Setup recomendado para Spark:

  1. Ollama (nativo ARM, ya soportado).
  2. Tira ollama pull con modelos que entren en 128GB (recomendados: qwen2.5-coder:32b, llama3.3:70b, deepseek-coder-v2:236b con offload limitado).
  3. LiteLLM en la misma máquina (puerto 4000).
  4. Desde tu laptop u otra máquina cliente: apunta ANTHROPIC_BASE_URL=http://<spark-ip>:4000 en el settings.json de la carpeta ollama-local/.

Modelos top para coding (rankeo por capacidad)

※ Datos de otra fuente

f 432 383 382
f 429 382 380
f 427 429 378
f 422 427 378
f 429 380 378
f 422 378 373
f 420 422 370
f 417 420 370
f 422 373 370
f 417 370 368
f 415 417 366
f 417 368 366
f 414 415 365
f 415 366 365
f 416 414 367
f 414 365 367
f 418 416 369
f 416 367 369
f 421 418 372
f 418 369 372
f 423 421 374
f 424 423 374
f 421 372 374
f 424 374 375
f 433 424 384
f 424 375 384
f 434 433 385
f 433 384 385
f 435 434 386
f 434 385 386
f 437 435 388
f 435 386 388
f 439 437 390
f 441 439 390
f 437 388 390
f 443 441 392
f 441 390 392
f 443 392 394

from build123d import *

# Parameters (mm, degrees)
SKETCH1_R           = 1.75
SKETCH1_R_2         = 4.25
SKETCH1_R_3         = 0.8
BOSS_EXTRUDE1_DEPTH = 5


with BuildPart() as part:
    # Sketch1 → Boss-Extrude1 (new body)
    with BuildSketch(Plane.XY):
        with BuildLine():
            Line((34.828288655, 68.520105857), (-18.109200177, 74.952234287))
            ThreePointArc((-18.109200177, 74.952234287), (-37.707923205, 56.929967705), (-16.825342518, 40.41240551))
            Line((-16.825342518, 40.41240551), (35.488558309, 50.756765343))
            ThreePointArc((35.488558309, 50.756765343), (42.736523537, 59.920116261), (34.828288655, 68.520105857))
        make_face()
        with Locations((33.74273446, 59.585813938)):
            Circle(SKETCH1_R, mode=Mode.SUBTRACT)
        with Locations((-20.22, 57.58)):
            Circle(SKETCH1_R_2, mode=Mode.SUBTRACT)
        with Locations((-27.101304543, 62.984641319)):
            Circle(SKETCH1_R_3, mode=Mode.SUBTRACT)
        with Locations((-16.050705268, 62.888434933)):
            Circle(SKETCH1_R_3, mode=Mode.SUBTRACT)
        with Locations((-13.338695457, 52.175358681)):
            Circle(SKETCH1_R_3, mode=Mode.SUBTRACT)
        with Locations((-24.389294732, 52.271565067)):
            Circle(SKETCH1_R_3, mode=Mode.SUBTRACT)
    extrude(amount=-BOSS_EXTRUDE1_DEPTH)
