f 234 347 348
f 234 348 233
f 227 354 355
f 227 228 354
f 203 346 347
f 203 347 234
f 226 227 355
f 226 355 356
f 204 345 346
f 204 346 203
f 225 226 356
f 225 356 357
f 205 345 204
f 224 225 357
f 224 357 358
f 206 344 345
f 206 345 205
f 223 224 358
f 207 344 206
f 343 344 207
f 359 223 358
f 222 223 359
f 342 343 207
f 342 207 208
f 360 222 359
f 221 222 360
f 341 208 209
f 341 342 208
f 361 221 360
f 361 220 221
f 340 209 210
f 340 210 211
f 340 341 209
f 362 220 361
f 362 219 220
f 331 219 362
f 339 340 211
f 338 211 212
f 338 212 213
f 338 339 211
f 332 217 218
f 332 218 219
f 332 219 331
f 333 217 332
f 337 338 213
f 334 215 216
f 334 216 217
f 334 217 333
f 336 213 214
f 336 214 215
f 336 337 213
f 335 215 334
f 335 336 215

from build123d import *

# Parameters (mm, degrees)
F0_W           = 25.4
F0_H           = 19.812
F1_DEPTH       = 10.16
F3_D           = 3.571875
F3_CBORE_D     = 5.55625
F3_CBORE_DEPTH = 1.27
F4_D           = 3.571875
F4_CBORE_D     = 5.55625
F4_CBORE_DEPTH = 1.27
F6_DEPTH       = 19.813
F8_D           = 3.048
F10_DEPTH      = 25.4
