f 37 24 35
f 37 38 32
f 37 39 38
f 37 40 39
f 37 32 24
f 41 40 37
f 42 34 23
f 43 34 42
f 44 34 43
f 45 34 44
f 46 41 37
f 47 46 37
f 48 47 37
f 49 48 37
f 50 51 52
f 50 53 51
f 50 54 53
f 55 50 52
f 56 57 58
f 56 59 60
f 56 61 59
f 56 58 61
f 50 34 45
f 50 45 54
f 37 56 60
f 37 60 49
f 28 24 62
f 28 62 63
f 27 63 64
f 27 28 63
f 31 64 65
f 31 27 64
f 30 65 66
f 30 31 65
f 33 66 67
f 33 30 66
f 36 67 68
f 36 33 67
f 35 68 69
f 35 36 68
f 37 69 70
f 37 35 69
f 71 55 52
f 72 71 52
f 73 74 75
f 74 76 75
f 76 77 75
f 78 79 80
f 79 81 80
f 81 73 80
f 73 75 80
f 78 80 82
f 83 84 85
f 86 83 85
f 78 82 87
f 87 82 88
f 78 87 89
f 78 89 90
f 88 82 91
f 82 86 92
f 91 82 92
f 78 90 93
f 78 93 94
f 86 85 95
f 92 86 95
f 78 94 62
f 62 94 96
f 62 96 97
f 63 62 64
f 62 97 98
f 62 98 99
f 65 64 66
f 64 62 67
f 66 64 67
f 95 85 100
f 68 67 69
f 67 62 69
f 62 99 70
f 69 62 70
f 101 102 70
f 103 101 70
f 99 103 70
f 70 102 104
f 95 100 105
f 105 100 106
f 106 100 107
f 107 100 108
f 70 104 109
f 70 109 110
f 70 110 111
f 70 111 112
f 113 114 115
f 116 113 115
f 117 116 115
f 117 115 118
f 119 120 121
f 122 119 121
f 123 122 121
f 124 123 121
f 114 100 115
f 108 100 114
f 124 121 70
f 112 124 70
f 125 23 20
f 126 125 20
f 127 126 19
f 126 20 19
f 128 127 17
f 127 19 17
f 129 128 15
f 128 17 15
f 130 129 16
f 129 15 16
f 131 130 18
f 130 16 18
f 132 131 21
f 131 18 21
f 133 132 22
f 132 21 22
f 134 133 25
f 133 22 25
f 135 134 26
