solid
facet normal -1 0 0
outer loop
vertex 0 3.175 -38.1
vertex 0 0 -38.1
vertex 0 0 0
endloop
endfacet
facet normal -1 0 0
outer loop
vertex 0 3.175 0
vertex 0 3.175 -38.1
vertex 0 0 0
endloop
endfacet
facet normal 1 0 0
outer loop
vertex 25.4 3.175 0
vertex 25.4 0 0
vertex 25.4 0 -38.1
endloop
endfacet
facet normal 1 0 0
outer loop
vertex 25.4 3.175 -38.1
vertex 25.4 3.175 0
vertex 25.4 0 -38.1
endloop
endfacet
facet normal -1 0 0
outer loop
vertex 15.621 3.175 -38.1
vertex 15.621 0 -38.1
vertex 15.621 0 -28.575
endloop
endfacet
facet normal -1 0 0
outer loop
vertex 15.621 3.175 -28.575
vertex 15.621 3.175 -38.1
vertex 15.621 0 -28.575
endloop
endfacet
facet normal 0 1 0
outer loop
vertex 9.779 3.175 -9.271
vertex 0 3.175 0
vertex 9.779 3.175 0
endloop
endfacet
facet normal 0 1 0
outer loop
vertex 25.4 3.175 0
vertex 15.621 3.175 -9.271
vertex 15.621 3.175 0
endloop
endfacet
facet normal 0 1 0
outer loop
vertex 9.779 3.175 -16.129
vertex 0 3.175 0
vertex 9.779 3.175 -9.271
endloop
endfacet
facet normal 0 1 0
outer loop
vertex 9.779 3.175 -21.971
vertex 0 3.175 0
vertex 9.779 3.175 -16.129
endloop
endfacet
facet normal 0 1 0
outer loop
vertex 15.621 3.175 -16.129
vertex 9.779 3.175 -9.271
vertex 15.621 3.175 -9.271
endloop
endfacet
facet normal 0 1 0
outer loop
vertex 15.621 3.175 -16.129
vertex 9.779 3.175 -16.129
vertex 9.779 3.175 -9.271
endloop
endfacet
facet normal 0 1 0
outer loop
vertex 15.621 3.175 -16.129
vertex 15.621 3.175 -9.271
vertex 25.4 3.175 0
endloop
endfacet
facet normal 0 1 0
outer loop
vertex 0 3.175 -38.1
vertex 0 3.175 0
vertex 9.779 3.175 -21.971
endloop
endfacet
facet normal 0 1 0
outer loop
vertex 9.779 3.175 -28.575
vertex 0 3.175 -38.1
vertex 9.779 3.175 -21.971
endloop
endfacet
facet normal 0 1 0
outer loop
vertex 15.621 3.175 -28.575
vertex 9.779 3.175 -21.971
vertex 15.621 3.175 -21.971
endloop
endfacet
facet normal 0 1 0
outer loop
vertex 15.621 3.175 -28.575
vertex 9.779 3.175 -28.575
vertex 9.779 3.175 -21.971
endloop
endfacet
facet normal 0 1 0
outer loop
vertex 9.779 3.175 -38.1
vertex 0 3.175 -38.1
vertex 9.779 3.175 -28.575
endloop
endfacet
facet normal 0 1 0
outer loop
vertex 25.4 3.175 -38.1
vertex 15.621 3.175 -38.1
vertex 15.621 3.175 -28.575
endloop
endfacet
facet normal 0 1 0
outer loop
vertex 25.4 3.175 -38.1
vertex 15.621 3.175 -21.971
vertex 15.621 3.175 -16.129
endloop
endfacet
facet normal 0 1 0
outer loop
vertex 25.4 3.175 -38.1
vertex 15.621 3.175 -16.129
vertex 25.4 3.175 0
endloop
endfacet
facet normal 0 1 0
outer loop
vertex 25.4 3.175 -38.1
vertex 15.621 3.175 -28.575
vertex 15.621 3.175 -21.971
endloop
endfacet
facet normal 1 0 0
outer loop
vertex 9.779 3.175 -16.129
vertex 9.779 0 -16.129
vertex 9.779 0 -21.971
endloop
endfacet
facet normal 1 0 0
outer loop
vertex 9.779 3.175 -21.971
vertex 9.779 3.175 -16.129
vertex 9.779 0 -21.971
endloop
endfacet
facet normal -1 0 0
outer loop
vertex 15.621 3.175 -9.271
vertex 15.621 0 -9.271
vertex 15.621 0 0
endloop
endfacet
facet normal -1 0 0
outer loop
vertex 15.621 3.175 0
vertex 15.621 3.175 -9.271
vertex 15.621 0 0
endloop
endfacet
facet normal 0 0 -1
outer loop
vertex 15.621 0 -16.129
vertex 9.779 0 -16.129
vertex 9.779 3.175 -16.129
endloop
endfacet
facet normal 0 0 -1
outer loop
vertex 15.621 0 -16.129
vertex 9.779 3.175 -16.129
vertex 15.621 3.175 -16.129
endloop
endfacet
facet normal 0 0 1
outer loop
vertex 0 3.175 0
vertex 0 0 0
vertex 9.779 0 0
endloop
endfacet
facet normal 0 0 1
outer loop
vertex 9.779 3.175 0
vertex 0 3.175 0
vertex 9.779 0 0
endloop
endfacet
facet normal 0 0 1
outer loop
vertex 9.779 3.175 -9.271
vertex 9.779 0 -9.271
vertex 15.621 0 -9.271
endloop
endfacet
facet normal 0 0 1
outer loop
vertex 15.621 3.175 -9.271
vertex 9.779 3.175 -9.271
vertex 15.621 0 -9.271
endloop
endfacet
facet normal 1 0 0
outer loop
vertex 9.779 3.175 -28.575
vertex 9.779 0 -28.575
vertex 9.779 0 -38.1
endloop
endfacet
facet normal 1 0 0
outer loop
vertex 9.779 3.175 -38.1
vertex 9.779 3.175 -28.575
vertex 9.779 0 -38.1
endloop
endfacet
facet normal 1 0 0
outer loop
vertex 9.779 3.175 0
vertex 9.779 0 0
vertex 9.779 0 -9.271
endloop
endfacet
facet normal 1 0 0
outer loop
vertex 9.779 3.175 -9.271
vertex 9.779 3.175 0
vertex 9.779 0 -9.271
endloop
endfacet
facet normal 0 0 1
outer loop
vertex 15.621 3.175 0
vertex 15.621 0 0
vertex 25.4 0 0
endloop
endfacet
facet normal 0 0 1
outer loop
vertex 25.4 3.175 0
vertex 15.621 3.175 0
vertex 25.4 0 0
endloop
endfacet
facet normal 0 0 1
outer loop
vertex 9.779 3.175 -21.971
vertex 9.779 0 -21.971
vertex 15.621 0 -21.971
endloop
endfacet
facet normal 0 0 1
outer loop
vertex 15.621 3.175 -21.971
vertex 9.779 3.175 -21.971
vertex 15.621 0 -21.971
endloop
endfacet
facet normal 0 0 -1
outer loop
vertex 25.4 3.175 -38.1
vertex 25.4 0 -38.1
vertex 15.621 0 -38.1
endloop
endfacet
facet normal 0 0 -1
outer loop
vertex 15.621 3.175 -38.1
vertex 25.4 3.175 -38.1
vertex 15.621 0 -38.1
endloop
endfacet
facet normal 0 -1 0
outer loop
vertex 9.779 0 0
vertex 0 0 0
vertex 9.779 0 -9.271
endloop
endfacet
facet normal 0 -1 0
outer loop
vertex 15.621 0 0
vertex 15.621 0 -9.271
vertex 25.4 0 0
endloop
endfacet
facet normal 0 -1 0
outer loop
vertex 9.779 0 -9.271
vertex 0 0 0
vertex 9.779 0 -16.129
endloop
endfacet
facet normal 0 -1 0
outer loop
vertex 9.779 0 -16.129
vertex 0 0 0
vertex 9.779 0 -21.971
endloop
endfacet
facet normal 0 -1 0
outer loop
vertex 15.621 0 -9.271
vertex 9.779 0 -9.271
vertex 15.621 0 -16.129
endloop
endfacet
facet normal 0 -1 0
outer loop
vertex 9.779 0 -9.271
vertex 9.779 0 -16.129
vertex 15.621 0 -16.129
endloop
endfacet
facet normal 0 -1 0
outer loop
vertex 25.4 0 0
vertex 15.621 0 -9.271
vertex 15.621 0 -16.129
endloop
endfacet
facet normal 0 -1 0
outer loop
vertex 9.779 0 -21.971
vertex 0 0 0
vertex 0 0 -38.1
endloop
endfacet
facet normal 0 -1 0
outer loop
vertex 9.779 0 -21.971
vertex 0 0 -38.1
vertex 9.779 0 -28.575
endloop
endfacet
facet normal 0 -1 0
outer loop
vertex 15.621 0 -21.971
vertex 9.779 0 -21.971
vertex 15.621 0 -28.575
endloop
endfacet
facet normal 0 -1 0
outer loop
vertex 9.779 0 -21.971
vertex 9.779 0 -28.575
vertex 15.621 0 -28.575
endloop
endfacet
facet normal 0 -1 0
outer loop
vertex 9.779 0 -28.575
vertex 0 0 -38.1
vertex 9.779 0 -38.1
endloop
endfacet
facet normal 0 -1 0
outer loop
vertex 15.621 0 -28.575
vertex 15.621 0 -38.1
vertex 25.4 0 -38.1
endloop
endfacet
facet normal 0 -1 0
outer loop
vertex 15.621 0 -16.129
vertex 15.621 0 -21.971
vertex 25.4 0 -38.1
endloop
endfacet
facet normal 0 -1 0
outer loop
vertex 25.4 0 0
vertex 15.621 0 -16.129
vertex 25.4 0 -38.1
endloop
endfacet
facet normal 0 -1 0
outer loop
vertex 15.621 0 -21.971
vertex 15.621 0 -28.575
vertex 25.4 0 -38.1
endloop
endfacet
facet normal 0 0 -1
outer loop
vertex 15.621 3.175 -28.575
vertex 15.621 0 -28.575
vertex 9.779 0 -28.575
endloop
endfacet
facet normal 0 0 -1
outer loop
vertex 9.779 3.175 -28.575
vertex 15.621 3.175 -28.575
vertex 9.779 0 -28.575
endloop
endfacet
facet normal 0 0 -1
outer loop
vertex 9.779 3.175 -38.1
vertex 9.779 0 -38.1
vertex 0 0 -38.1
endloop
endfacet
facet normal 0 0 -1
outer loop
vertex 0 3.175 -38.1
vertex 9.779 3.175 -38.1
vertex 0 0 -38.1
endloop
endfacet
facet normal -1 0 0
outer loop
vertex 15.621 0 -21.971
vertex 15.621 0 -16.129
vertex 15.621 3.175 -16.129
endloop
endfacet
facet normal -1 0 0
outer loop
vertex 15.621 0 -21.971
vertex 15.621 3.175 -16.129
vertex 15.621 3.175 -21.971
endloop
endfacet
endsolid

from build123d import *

# Parameters (mm, degrees)
SKETCH1_W           = 5.842
SKETCH1_H           = 5.842
BOSS_EXTRUDE1_DEPTH = 3.175


with BuildPart() as part:
    # Sketch1 → Boss-Extrude1 (new body)
    with BuildSketch(Plane(origin=(0, 0, 0), x_dir=(1, 0, 0), z_dir=(0, 1, 0))):
        Polygon((9.779, 38.1), (0, 38.1), (0, 0), (9.779, 0), (9.779, 9.271), (15.621, 9.271), (15.621, 0), (25.4, 0), (25.4, 38.1), (15.621, 38.1), (15.621, 28.575), (9.779, 28.575), align=None)
        with Locations((12.7, 19.05)):
            Rectangle(SKETCH1_W, SKETCH1_H, mode=Mode.SUBTRACT)
    extrude(amount=BOSS_EXTRUDE1_DEPTH)


solid = part.part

Modelo Aider Polyglot Tamaño Q4 Comando
Qwen3-Coder-480B-A35B 61.8% ~320 GB ollama pull qwen3-coder:480b
Qwen2.5-Coder-32B 57.2% ~20 GB ollama pull qwen2.5-coder:32b
DeepSeek-V2-236B 55.8% ~150 GB ollama pull deepseek-v2
Llama-3.3-70B 54.1% ~40 GB ollama pull llama3.3:70b
GLM-4.5-Air ~52% ~20 GB ollama pull glm-4.5-air
Devstral-7B 45.2% ~5 GB ollama pull devstral:7b

Conectar Claude Code

Ollama (nativo, sin proxy)

# 1. Asegúrate de tener Ollama 0.11+
ollama --version

# 2. Lanza:
ollama serve &
ollama pull qwen3-coder

# 3. Verifica el endpoint Anthropic-compat:
curl http://localhost:11434/v1/messages \
  -H "x-api-key: ollama" \
  -H "anthropic-version: 2023-06-01" \
  -H "content-type: application/json" \
  -d '{"model": "qwen3-coder", "max_tokens": 100, "messages": [{"role": "user", "content": "ping"}]}'

# 4. Claude Code:
cd ../ollama-local/
cp .claude/settings.local.json.example .claude/settings.local.json
claude

LM Studio / vLLM (vía LiteLLM)

pip install 'litellm[proxy]'

# Ejemplo LM Studio (server arrancado en :1234):
litellm --model openai/qwen2.5-coder-32b \
        --api_base http://localhost:1234/v1 \
        --port 4000 &

# Claude Code apunta a :4000 (ver lmstudio-local/.claude/settings.json)
cd ../lmstudio-local/
cp .claude/settings.local.json.example .claude/settings.local.json
claude

Troubleshooting

  • "Connection refused": ¿está corriendo Ollama? curl http://localhost:11434/api/tags.
  • Tools no funcionan: muchos modelos open-source tienen tool-use limitado. Prueba con qwen2.5-coder o llama3.3 que tienen mejor cobertura.
  • DGX Spark muy lento al primer prompt: el modelo se carga en VRAM al primer call; los siguientes son rápidos. Considera precargar con ollama run <modelo> "".